Assignment
Within the records below is a range that opens at the line with "f 431 336 407" and closes at the line with "f 407 336 343". Return that range word for word, both ends included, and only that range.
......
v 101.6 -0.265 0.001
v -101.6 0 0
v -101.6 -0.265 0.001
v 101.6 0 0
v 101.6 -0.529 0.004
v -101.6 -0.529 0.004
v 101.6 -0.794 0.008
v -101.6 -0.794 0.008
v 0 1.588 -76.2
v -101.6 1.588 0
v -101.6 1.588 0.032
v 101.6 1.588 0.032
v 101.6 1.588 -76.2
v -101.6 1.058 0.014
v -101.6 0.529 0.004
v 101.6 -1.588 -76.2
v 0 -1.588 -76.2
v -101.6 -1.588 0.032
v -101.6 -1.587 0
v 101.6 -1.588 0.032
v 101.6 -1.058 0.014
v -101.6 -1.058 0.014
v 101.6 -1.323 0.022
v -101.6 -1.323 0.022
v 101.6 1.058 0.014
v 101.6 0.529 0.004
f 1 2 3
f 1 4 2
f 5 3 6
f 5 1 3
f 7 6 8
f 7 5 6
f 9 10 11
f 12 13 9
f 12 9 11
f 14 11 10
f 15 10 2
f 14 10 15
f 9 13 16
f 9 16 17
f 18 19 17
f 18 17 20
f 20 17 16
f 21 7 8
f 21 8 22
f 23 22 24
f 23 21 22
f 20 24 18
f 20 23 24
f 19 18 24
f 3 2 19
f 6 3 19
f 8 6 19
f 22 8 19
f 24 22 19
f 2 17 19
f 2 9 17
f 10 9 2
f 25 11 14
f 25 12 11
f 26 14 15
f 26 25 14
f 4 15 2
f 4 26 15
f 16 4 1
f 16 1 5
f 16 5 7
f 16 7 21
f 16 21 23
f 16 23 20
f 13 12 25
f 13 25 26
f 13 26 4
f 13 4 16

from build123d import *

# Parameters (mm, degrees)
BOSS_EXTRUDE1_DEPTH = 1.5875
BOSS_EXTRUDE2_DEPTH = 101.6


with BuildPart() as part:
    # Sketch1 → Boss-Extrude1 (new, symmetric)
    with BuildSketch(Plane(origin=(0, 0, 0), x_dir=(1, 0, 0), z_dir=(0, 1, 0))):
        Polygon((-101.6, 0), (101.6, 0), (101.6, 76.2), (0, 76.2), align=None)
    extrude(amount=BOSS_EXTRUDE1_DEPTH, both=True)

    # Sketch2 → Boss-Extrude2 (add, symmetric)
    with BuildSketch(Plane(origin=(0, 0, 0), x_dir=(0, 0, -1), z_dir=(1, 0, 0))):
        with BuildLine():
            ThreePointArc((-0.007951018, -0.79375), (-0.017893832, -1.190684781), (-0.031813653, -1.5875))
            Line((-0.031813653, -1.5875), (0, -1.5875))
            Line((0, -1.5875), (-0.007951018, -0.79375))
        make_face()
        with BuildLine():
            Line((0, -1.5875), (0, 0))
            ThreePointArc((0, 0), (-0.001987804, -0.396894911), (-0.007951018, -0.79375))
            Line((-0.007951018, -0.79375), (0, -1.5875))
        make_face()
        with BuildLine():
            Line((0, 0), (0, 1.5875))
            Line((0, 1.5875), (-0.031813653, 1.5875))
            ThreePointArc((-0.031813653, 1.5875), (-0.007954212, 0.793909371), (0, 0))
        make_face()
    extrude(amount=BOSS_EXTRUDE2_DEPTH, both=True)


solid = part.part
......
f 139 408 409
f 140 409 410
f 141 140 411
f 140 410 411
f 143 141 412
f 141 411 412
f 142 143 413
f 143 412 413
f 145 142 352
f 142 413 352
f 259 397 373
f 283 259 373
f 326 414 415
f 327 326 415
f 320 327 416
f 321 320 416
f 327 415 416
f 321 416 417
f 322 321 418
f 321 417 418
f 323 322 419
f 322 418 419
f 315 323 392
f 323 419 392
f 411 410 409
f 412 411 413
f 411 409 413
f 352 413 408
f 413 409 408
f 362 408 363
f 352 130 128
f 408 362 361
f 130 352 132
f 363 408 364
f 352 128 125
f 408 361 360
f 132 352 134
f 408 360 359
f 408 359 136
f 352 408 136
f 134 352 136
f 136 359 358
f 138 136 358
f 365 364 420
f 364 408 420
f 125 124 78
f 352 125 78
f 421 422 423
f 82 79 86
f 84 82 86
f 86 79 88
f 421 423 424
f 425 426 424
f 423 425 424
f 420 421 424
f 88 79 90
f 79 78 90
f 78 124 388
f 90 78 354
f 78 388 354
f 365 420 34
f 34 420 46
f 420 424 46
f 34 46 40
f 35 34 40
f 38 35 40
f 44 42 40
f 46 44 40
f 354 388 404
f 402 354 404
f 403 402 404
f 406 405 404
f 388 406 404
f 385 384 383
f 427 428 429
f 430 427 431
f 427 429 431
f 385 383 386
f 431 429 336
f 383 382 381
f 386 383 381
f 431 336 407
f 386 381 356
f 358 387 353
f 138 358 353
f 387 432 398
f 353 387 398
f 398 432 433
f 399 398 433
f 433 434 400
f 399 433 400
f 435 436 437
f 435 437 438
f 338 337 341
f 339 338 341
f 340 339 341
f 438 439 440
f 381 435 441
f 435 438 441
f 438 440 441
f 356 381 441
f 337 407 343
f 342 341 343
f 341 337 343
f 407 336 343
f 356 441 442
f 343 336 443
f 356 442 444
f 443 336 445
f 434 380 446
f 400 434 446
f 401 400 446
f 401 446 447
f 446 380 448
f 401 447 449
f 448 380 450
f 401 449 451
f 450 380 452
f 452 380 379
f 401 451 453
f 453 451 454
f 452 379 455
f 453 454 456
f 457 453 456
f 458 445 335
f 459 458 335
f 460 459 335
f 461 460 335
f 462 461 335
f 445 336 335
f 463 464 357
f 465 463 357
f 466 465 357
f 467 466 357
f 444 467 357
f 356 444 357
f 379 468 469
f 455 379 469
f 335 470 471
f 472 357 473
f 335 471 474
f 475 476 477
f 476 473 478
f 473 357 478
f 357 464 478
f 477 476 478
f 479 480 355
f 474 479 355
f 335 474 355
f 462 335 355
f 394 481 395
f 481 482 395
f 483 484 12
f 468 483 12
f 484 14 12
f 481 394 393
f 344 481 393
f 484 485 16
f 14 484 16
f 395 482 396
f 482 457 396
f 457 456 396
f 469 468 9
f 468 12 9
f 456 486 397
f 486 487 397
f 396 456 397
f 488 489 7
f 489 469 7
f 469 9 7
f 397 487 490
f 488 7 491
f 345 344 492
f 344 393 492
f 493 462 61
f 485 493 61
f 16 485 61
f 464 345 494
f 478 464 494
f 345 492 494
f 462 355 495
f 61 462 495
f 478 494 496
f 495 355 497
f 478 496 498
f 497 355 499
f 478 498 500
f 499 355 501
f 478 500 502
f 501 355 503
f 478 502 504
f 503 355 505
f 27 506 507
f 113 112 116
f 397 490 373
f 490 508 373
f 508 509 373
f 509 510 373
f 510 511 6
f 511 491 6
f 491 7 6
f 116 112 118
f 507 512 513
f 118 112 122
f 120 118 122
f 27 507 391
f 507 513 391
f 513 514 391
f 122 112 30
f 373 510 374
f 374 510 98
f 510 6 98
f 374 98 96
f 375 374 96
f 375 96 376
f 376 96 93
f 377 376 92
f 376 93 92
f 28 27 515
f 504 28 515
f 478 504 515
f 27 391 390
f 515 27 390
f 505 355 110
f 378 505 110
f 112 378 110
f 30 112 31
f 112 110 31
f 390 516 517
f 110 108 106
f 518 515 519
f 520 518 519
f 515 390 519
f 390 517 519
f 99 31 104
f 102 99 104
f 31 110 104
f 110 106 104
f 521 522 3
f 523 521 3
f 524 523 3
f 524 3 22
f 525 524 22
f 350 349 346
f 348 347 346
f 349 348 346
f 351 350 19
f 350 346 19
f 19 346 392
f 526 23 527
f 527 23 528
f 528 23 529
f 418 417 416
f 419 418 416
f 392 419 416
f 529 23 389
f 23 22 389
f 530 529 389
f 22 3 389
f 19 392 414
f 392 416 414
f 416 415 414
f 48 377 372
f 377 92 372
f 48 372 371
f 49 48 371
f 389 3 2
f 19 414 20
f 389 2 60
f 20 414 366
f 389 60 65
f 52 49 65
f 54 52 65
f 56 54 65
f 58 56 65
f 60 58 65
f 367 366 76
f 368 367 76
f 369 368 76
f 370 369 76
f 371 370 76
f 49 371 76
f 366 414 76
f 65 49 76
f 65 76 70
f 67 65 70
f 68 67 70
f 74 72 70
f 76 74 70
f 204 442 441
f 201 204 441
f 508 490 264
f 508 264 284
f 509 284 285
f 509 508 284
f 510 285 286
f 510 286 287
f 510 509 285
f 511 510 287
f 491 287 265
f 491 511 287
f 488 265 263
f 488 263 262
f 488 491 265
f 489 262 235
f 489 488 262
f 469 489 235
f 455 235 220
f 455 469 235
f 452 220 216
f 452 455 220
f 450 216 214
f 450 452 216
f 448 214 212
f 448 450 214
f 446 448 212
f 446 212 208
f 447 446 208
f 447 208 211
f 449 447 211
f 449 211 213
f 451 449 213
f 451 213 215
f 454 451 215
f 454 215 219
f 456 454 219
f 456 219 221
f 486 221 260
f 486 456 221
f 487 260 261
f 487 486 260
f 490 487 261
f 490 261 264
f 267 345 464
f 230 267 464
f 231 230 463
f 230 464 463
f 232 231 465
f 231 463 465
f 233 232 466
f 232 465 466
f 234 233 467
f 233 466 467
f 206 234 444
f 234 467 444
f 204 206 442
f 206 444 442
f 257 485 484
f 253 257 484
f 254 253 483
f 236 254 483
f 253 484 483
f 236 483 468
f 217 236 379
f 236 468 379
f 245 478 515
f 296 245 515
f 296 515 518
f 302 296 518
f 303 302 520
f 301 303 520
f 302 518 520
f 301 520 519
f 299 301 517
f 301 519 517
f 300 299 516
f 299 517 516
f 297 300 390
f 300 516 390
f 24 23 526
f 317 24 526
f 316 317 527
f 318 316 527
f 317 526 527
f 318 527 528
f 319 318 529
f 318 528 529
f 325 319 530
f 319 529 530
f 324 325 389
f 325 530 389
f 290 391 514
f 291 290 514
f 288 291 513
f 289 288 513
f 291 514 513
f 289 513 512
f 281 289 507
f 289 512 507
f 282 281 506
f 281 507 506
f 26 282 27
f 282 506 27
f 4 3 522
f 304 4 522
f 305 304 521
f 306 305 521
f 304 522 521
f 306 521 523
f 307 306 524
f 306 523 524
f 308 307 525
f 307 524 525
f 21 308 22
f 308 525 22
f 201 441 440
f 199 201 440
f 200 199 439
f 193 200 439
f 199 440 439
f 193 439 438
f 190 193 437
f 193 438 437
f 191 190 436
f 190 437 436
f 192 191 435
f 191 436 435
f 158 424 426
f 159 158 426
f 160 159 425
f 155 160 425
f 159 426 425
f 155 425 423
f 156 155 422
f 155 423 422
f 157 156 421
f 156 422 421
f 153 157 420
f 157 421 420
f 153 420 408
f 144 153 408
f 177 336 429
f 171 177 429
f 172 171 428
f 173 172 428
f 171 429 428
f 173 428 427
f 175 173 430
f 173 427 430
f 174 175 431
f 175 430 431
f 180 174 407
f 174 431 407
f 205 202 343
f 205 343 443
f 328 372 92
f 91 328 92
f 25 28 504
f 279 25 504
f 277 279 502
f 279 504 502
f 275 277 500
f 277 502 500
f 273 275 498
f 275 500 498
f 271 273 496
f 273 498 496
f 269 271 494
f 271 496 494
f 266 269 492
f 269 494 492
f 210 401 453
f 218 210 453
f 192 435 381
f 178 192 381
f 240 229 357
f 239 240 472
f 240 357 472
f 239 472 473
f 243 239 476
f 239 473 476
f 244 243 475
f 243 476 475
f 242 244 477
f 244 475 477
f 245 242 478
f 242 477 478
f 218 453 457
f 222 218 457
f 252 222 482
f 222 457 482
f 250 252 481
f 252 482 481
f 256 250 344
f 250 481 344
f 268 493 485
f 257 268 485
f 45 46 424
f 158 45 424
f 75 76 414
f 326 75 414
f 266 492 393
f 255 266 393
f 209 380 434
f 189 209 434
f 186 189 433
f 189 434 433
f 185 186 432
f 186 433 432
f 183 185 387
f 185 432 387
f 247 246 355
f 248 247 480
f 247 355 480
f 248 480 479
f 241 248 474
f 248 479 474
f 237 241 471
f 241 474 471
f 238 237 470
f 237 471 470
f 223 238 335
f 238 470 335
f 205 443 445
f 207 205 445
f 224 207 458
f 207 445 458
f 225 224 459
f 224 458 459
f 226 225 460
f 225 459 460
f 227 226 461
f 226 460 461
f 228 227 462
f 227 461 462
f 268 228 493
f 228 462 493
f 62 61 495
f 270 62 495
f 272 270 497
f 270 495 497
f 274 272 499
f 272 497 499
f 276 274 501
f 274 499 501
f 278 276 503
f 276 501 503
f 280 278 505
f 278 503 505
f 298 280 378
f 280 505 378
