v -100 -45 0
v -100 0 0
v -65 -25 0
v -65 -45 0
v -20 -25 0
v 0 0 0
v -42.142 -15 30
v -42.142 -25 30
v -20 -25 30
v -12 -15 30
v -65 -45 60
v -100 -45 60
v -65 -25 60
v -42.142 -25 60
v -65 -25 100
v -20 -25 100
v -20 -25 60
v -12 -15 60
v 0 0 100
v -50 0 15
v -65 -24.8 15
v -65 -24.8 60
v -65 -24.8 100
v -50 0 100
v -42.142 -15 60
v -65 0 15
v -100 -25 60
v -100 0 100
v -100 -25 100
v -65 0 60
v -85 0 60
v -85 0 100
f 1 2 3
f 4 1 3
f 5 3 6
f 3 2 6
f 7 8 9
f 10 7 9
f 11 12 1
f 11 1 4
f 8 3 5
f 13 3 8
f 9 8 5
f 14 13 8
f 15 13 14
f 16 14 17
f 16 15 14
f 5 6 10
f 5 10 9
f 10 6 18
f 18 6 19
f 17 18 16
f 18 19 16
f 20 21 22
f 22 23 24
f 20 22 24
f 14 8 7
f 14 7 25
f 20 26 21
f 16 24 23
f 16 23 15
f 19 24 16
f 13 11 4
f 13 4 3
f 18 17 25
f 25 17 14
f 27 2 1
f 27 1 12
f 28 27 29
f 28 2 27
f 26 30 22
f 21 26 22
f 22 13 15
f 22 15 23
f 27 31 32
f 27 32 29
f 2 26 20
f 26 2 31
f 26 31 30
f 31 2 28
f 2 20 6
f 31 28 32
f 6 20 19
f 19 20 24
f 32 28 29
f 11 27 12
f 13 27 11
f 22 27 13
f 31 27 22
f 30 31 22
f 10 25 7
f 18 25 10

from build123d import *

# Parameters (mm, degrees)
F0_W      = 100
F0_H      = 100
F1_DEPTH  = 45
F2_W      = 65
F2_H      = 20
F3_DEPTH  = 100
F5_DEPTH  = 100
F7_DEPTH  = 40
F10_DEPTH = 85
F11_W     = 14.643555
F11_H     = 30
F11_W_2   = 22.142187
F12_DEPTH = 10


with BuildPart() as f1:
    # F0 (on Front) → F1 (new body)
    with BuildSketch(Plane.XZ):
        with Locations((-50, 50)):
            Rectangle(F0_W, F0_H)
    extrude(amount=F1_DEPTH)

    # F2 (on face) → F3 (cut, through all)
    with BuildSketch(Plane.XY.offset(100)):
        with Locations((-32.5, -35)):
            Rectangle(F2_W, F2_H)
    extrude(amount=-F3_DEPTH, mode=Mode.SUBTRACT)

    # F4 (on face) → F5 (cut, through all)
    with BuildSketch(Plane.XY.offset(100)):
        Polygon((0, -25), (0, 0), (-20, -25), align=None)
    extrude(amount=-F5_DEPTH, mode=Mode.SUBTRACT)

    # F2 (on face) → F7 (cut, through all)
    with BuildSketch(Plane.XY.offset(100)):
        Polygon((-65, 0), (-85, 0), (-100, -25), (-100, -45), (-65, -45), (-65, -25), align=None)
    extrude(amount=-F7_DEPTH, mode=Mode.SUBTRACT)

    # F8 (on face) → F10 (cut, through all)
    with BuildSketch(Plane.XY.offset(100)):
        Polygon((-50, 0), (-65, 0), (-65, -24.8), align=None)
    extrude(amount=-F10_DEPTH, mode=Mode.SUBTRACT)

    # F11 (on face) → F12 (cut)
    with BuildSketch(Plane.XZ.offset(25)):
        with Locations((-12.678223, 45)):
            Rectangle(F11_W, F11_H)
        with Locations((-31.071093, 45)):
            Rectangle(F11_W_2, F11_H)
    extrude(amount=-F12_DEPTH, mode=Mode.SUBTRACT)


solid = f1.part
......
Solved exercise
f 431 336 407
f 386 381 356
f 358 387 353
f 138 358 353
f 387 432 398
f 353 387 398
f 398 432 433
f 399 398 433
f 433 434 400
f 399 433 400
f 435 436 437
f 435 437 438
f 338 337 341
f 339 338 341
f 340 339 341
f 438 439 440
f 381 435 441
f 435 438 441
f 438 440 441
f 356 381 441
f 337 407 343
f 342 341 343
f 341 337 343
f 407 336 343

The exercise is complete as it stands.